You made sure that removing the critical section gave you 268 ms of optimization in the application execution time. To understand the impact of your changes and how the CPU utilization has changed, re-run the Locks and Waits analysis on the optimized code and compare results:
Compare Results Before and After Optimization
Run the Locks and Waits analysis on the modified code.
Click the Compare Results button on the VTune Amplifier toolbar.
The Compare Results window opens.
Specify the Locks and Waits analysis results you want to compare:
The Summary window opens providing the statistics for the difference between collected results.
Identify the Performance Gain by Metrics
The Result Summary section of the Summary window shows that after optimization all critical metric values has reduced significantly. The Elapsed Time data shows the optimization of 4 seconds for the whole application. Wait Time decreased by 20.5 seconds, Wait Count - by 24,570.
The Locks and Waits analysis adds an overhead to the application execution. The overhead often depends on the number of threads and synchronization objects used in the application. This is the reason why Elapsed time data provided in the Summary window may differ from the data reported after the application launch outside of the VTune Amplifier.

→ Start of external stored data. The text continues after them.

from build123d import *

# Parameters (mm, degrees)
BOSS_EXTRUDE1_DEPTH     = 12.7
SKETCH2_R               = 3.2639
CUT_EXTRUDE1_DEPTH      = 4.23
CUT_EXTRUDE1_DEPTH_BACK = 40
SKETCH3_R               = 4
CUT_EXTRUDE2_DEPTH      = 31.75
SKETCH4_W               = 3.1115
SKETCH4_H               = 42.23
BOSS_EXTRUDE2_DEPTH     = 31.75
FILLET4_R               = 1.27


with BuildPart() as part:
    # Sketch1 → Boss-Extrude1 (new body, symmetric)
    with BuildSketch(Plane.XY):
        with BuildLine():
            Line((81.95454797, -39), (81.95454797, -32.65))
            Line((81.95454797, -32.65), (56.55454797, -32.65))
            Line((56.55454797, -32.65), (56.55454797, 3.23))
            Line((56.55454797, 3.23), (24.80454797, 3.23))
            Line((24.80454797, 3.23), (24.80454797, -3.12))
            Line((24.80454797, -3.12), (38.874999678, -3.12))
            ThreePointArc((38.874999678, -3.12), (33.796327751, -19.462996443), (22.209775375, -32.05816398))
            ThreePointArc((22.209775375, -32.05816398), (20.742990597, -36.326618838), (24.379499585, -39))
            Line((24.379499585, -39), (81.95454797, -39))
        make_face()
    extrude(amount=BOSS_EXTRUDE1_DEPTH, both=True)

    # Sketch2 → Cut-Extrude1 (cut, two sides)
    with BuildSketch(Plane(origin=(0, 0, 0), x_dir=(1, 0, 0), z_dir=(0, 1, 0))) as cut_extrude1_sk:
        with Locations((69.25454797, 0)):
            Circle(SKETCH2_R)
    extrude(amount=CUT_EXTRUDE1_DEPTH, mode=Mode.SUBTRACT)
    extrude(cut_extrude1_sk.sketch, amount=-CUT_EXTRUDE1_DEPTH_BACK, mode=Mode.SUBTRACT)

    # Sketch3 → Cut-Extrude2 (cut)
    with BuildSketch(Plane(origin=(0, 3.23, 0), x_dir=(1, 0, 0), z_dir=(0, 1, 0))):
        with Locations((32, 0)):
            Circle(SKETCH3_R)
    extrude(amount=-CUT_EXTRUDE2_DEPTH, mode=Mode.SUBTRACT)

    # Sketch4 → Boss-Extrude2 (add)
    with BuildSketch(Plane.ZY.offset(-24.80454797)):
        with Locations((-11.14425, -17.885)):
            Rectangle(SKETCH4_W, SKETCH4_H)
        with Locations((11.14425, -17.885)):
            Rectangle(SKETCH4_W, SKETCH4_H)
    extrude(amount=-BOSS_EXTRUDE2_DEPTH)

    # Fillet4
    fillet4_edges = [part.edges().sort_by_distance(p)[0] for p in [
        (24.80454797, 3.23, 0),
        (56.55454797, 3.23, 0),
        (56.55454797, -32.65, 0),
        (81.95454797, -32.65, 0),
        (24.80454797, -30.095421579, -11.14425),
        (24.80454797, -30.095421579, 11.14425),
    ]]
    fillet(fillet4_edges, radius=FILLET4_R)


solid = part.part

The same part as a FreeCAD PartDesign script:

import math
import FreeCAD as App
import Part
import Sketcher
from FreeCAD import Vector
Q = App.Units.Quantity


def edges_at(feature, points):
    """Names of the edges that pass closest to the given points."""
    edges = feature.Shape.Edges
    near = lambda p: min(range(len(edges)), key=lambda i: edges[i].distToShape(Part.Vertex(*p))[0])
    return sorted({f"Edge{near(p) + 1}" for p in points})


def add_polygon(sketch, points):
    """Adds a closed chain of lines whose ends are joined by coincident constraints."""
    first, n = sketch.GeometryCount, len(points)
    for a, b in zip(points, points[1:] + points[:1]):
        sketch.addGeometry(Part.LineSegment(App.Vector(*a, 0), App.Vector(*b, 0)), False)
    for i in range(n):
        sketch.addConstraint(Sketcher.Constraint("Coincident", first + i, 2, first + (i + 1) % n, 1))

doc = App.newDocument("Part")
body = doc.addObject("PartDesign::Body", "Body")

# Sketch on XY plane
sketch1 = body.newObject("Sketcher::SketchObject", "Sketch")
sketch1.AttachmentSupport = (doc.getObject("XY_Plane"), [""])
sketch1.MapMode = "FlatFace"
sketch1.addGeometry(Part.LineSegment(Vector(82, -39, 0), Vector(82, -32.6, 0)), False)
sketch1.addGeometry(Part.LineSegment(Vector(82, -32.6, 0), Vector(56.6, -32.6, 0)), False)
sketch1.addGeometry(Part.LineSegment(Vector(56.6, -32.6, 0), Vector(56.6, 3.2, 0)), False)
sketch1.addGeometry(Part.LineSegment(Vector(56.6, 3.2, 0), Vector(24.8, 3.2, 0)), False)
sketch1.addGeometry(Part.LineSegment(Vector(24.8, 3.2, 0), Vector(24.8, -3.1, 0)), False)
sketch1.addGeometry(Part.LineSegment(Vector(24.8, -3.1, 0), Vector(38.9, -3.1, 0)), False)
sketch1.addGeometry(Part.ArcOfCircle(Part.Circle(Vector(0, 0, 0), Vector(0, 0, 1), 39), math.radians(-55), math.radians(-5)), False)
sketch1.addGeometry(Part.ArcOfCircle(Part.Circle(Vector(24.4, -35.2, 0), Vector(0, 0, 1), 3.8), math.radians(125), math.radians(270)), False)
sketch1.addGeometry(Part.LineSegment(Vector(24.4, -39, 0), Vector(82, -39, 0)), False)
sketch1.addConstraint(Sketcher.Constraint("Coincident", 0, 2, 1, 1))
sketch1.addConstraint(Sketcher.Constraint("Coincident", 1, 2, 2, 1))
sketch1.addConstraint(Sketcher.Constraint("Coincident", 2, 2, 3, 1))
sketch1.addConstraint(Sketcher.Constraint("Coincident", 3, 2, 4, 1))
sketch1.addConstraint(Sketcher.Constraint("Coincident", 4, 2, 5, 1))
sketch1.addConstraint(Sketcher.Constraint("Coincident", 5, 2, 6, 2))
sketch1.addConstraint(Sketcher.Constraint("Tangent", 6, 1, 7, 1))
sketch1.addConstraint(Sketcher.Constraint("Tangent", 7, 2, 8, 1))
sketch1.addConstraint(Sketcher.Constraint("Coincident", 8, 2, 0, 1))
sketch1.addConstraint(Sketcher.Constraint("Vertical", 0))
sketch1.addConstraint(Sketcher.Constraint("Horizontal", 1))
sketch1.addConstraint(Sketcher.Constraint("Vertical", 2))
sketch1.addConstraint(Sketcher.Constraint("Horizontal", 3))
sketch1.addConstraint(Sketcher.Constraint("Vertical", 4))
sketch1.addConstraint(Sketcher.Constraint("Horizontal", 5))
sketch1.addConstraint(Sketcher.Constraint("Horizontal", 8))
sketch1.addConstraint(Sketcher.Constraint("Coincident", 6, 3, -1, 1))
sketch1.addConstraint(Sketcher.Constraint("Equal", 0, 4))
sketch1.addConstraint(Sketcher.Constraint("DistanceX", 1, 2, 1, 1, Q("1 in")))
sketch1.addConstraint(Sketcher.Constraint("Radius", 7, Q("0.15 in")))
sketch1.addConstraint(Sketcher.Constraint("DistanceX", 3, 2, 3, 1, Q("1.25 in")))
sketch1.addConstraint(Sketcher.Constraint("DistanceY", 0, 1, 0, 2, Q("0.25 in")))
sketch1.addConstraint(Sketcher.Constraint("Radius", 6, 39.0))
sketch1.addConstraint(Sketcher.Constraint("DistanceY", 2, 1, 2, 2, 35.88))
sketch1.addConstraint(Sketcher.Constraint("DistanceX", 5, 1, 5, 2, 14.070452))
sketch1.addConstraint(Sketcher.Constraint("DistanceX", 8, 1, 8, 2, 57.575048))
pad1 = body.newObject("PartDesign::Pad", "Pad")
pad1.Profile = sketch1
pad1.Length = Q("1 in")
pad1.Midplane = True

# Sketch on XZ plane
sketch2 = body.newObject("Sketcher::SketchObject", "Sketch001")
sketch2.AttachmentSupport = (doc.getObject("XZ_Plane"), [""])
sketch2.MapMode = "FlatFace"
sketch2.addGeometry(Part.Circle(Vector(69.3, 0, 0), Vector(0, 0, 1), 3.3), False)
sketch2.addConstraint(Sketcher.Constraint("PointOnObject", 0, 3, -1))
sketch2.addConstraint(Sketcher.Constraint("Diameter", 0, Q("0.257 in")))
sketch2.addConstraint(Sketcher.Constraint("DistanceX", -1, 1, 0, 3, 69.254548))
pocket1 = body.newObject("PartDesign::Pocket", "Pocket")
pocket1.Profile = sketch2
pocket1.Type = "ThroughAll"
pocket1.Midplane = True

# Sketch on XZ plane
sketch3 = body.newObject("Sketcher::SketchObject", "Sketch002")
sketch3.AttachmentSupport = (doc.getObject("XZ_Plane"), [""])
sketch3.MapMode = "FlatFace"
sketch3.AttachmentOffset = App.Placement(Vector(0, 0, -3.23), App.Rotation())
sketch3.addGeometry(Part.Circle(Vector(32, 0, 0), Vector(0, 0, 1), 4), False)
sketch3.addConstraint(Sketcher.Constraint("PointOnObject", 0, 3, -1))
sketch3.addConstraint(Sketcher.Constraint("Diameter", 0, 8.0))
sketch3.addConstraint(Sketcher.Constraint("DistanceX", -1, 1, 0, 3, 32.0))
pocket2 = body.newObject("PartDesign::Pocket", "Pocket001")
pocket2.Profile = sketch3
pocket2.Length = Q("1.25 in")
pocket2.Reversed = True

# Sketch on YZ plane
sketch4 = body.newObject("Sketcher::SketchObject", "Sketch003")
sketch4.AttachmentSupport = (doc.getObject("YZ_Plane"), [""])
sketch4.MapMode = "FlatFace"
sketch4.AttachmentOffset = App.Placement(Vector(0, 0, 24.804548), App.Rotation())
add_polygon(sketch4, [(3.2, -12.7), (-39, -12.7), (-39, -9.6), (3.2, -9.6)])  # lines 0-3
add_polygon(sketch4, [(3.2, 9.6), (-39, 9.6), (-39, 12.7), (3.2, 12.7)])  # lines 4-7
sketch4.addConstraint(Sketcher.Constraint("Horizontal", 0))
sketch4.addConstraint(Sketcher.Constraint("Vertical", 1))
sketch4.addConstraint(Sketcher.Constraint("Horizontal", 2))
sketch4.addConstraint(Sketcher.Constraint("Vertical", 3))
sketch4.addConstraint(Sketcher.Constraint("Horizontal", 4))
sketch4.addConstraint(Sketcher.Constraint("Vertical", 5))
sketch4.addConstraint(Sketcher.Constraint("Horizontal", 6))
sketch4.addConstraint(Sketcher.Constraint("Vertical", 7))
sketch4.addConstraint(Sketcher.Constraint("Symmetric", 1, 2, 4, 2, -1))
sketch4.addConstraint(Sketcher.Constraint("Symmetric", 3, 2, 6, 2, -1))
sketch4.addConstraint(Sketcher.Constraint("DistanceY", 0, 2, 5, 2, Q("1 in")))
sketch4.addConstraint(Sketcher.Constraint("DistanceY", 1, 1, 1, 2, Q("0.1225 in")))
sketch4.addConstraint(Sketcher.Constraint("DistanceX", 0, 2, 0, 1, 42.23))
sketch4.addConstraint(Sketcher.Constraint("DistanceX", 0, 2, -1, 1, 39.0))
pad2 = body.newObject("PartDesign::Pad", "Pad001")
pad2.Profile = sketch4
pad2.Length = Q("1.25 in")
doc.recompute()

fillet = body.newObject("PartDesign::Fillet", "Fillet")
fillet.Base = (pad2, edges_at(pad2, [
    (24.805, 3.23, 0),
    (56.555, 3.23, 0),
    (56.555, -32.65, 0),
    (81.955, -32.65, 0),
    (24.805, -30.095, -11.144),
    (24.805, -30.095, 11.144),
]))
fillet.Radius = Q("0.05 in")

doc.recompute()
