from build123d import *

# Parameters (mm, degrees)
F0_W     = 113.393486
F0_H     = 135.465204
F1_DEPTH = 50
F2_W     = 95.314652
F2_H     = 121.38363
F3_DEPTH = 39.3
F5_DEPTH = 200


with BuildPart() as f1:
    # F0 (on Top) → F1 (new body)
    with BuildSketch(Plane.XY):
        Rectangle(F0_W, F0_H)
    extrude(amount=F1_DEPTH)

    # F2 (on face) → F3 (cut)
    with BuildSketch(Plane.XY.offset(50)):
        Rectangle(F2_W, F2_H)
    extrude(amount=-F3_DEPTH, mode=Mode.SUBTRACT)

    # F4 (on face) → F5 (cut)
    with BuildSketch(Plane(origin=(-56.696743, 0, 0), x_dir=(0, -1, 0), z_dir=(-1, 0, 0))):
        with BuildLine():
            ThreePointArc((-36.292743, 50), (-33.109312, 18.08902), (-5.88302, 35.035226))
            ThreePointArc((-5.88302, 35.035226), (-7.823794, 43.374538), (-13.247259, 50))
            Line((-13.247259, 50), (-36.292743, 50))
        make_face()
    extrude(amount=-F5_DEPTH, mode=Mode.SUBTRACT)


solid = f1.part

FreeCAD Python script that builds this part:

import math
import FreeCAD as App
import Part
import Sketcher
Q = App.Units.Quantity

doc = App.newDocument("Part")
body = doc.addObject("PartDesign::Body", "Body")

sketch1 = doc.addObject("Sketcher::SketchObject", "Sketch")
body.addObject(sketch1)
sketch1.AttachmentSupport = (doc.XY_Plane, [""])
sketch1.MapMode = "FlatFace"
sketch1.addGeometry(Part.LineSegment(App.Vector(-57, 68, 0), App.Vector(-57, -68, 0)), False)
sketch1.addGeometry(Part.LineSegment(App.Vector(-57, -68, 0), App.Vector(57, -68, 0)), False)
sketch1.addGeometry(Part.LineSegment(App.Vector(57, -68, 0), App.Vector(57, 68, 0)), False)
sketch1.addGeometry(Part.LineSegment(App.Vector(57, 68, 0), App.Vector(-57, 68, 0)), False)
sketch1.addConstraint(Sketcher.Constraint("Coincident", 0, 2, 1, 1))
sketch1.addConstraint(Sketcher.Constraint("Coincident", 1, 2, 2, 1))
sketch1.addConstraint(Sketcher.Constraint("Coincident", 2, 2, 3, 1))
sketch1.addConstraint(Sketcher.Constraint("Coincident", 3, 2, 0, 1))
sketch1.addConstraint(Sketcher.Constraint("Vertical", 0))
sketch1.addConstraint(Sketcher.Constraint("Horizontal", 1))
sketch1.addConstraint(Sketcher.Constraint("Vertical", 2))
sketch1.addConstraint(Sketcher.Constraint("Horizontal", 3))
sketch1.addConstraint(Sketcher.Constraint("Symmetric", 0, 2, 2, 2, -1, 1))
sketch1.addConstraint(Sketcher.Constraint("DistanceY", 0, 2, -1, 1, Q("67.732602 mm")))
sketch1.addConstraint(Sketcher.Constraint("DistanceX", 1, 1, 1, 2, Q("113.393486 mm")))
pad1 = doc.addObject("PartDesign::Pad", "Pad")
body.addObject(pad1)
pad1.Profile = sketch1
pad1.Length = 50

sketch2 = doc.addObject("Sketcher::SketchObject", "Sketch001")
body.addObject(sketch2)
sketch2.AttachmentSupport = (doc.XY_Plane, [""])
sketch2.MapMode = "FlatFace"
sketch2.AttachmentOffset = App.Placement(App.Vector(0, 0, 50), App.Rotation())
sketch2.addGeometry(Part.LineSegment(App.Vector(-48, 61, 0), App.Vector(-48, -61, 0)), False)
sketch2.addGeometry(Part.LineSegment(App.Vector(-48, -61, 0), App.Vector(48, -61, 0)), False)
sketch2.addGeometry(Part.LineSegment(App.Vector(48, -61, 0), App.Vector(48, 61, 0)), False)
sketch2.addGeometry(Part.LineSegment(App.Vector(48, 61, 0), App.Vector(-48, 61, 0)), False)
sketch2.addConstraint(Sketcher.Constraint("Coincident", 0, 2, 1, 1))
sketch2.addConstraint(Sketcher.Constraint("Coincident", 1, 2, 2, 1))
sketch2.addConstraint(Sketcher.Constraint("Coincident", 2, 2, 3, 1))
sketch2.addConstraint(Sketcher.Constraint("Coincident", 3, 2, 0, 1))
sketch2.addConstraint(Sketcher.Constraint("Vertical", 0))
sketch2.addConstraint(Sketcher.Constraint("Horizontal", 1))
sketch2.addConstraint(Sketcher.Constraint("Vertical", 2))
sketch2.addConstraint(Sketcher.Constraint("Horizontal", 3))
sketch2.addConstraint(Sketcher.Constraint("Symmetric", 0, 2, 2, 2, -1, 1))
sketch2.addConstraint(Sketcher.Constraint("DistanceX", 1, 1, 1, 2, Q("95.314652 mm")))
sketch2.addConstraint(Sketcher.Constraint("DistanceY", 0, 2, 0, 1, Q("121.38363 mm")))
pocket1 = doc.addObject("PartDesign::Pocket", "Pocket")
body.addObject(pocket1)
pocket1.Profile = sketch2
pocket1.Length = 39.3

sketch3 = doc.addObject("Sketcher::SketchObject", "Sketch002")
body.addObject(sketch3)
sketch3.AttachmentSupport = (doc.YZ_Plane, [""])
sketch3.MapMode = "FlatFace"
sketch3.AttachmentOffset = App.Placement(App.Vector(0, 0, -56.696743), App.Rotation())
sketch3.addGeometry(Part.ArcOfCircle(Part.Circle(App.Vector(25, 35, 0), App.Vector(0, 0, 1), 19), math.radians(-180), math.radians(52)), False)
sketch3.addGeometry(Part.ArcOfCircle(Part.Circle(App.Vector(25, 35, 0), App.Vector(0, 0, 1), 19), math.radians(128), math.radians(180)), False)
sketch3.addGeometry(Part.LineSegment(App.Vector(13, 50, 0), App.Vector(36, 50, 0)), False)
sketch3.addConstraint(Sketcher.Constraint("Tangent", 0, 1, 1, 2))
sketch3.addConstraint(Sketcher.Constraint("Coincident", 1, 1, 2, 1))
sketch3.addConstraint(Sketcher.Constraint("Coincident", 2, 2, 0, 2))
sketch3.addConstraint(Sketcher.Constraint("Horizontal", 2))
sketch3.addConstraint(Sketcher.Constraint("Equal", 0, 1))
sketch3.addConstraint(Sketcher.Constraint("Horizontal", 1, 3, 0, 1))
sketch3.addConstraint(Sketcher.Constraint("DistanceY", -1, 1, 1, 1, Q("50 mm")))
sketch3.addConstraint(Sketcher.Constraint("DistanceX", -1, 1, 0, 3, Q("24.770001 mm")))
sketch3.addConstraint(Sketcher.Constraint("Radius", 0, Q("18.886981 mm")))
sketch3.addConstraint(Sketcher.Constraint("DistanceX", 2, 1, 2, 2, Q("23.045484 mm")))
pocket2 = doc.addObject("PartDesign::Pocket", "Pocket001")
body.addObject(pocket2)
pocket2.Profile = sketch3
pocket2.Length = 200
pocket2.Reversed = True

doc.recompute()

According to the Thread Concurrency histogram, after optimization (an orange bar) 4 threads ran in parallel effectively utilizing CPU cores for 14 seconds, which is categorized by the VTune Amplifier as the Ideal processor utilization. The previous version of the application ran on 4 threads for 11.5 seconds.
In the Bottom-up pane, locate the OpenMP* critical section you identified as a bottleneck in your code. Since you removed it during optimization, the optimized result r003lw does not show any performance data for this synchronization object. If you collapse the Wait Time:Difference by Utilization column by clicking the button, you see that with the optimized result you got almost 12 seconds of optimization in Wait time. Using dynamic scheduling for the threads barrier gave you 4.5 seconds of optimization in Wait time.
Compare Timeline Data
Open the optimized result of the Locks and Waits analysis r003lw, click the Bottom-up tab and analyze the Timeline pane.
The optimized result does not have transitions anymore. Though the threads are not fully balanced, the wait regions have reduced.
Compare analysis results regularly to look for regressions and to track how incremental changes to the code affect its performance. You may also want to use the VTune Amplifier command-line interface and run the
amplxe-cl command to test your code for regressions. For more details, see the Command-line Interface Support section in the VTune Amplifier online help.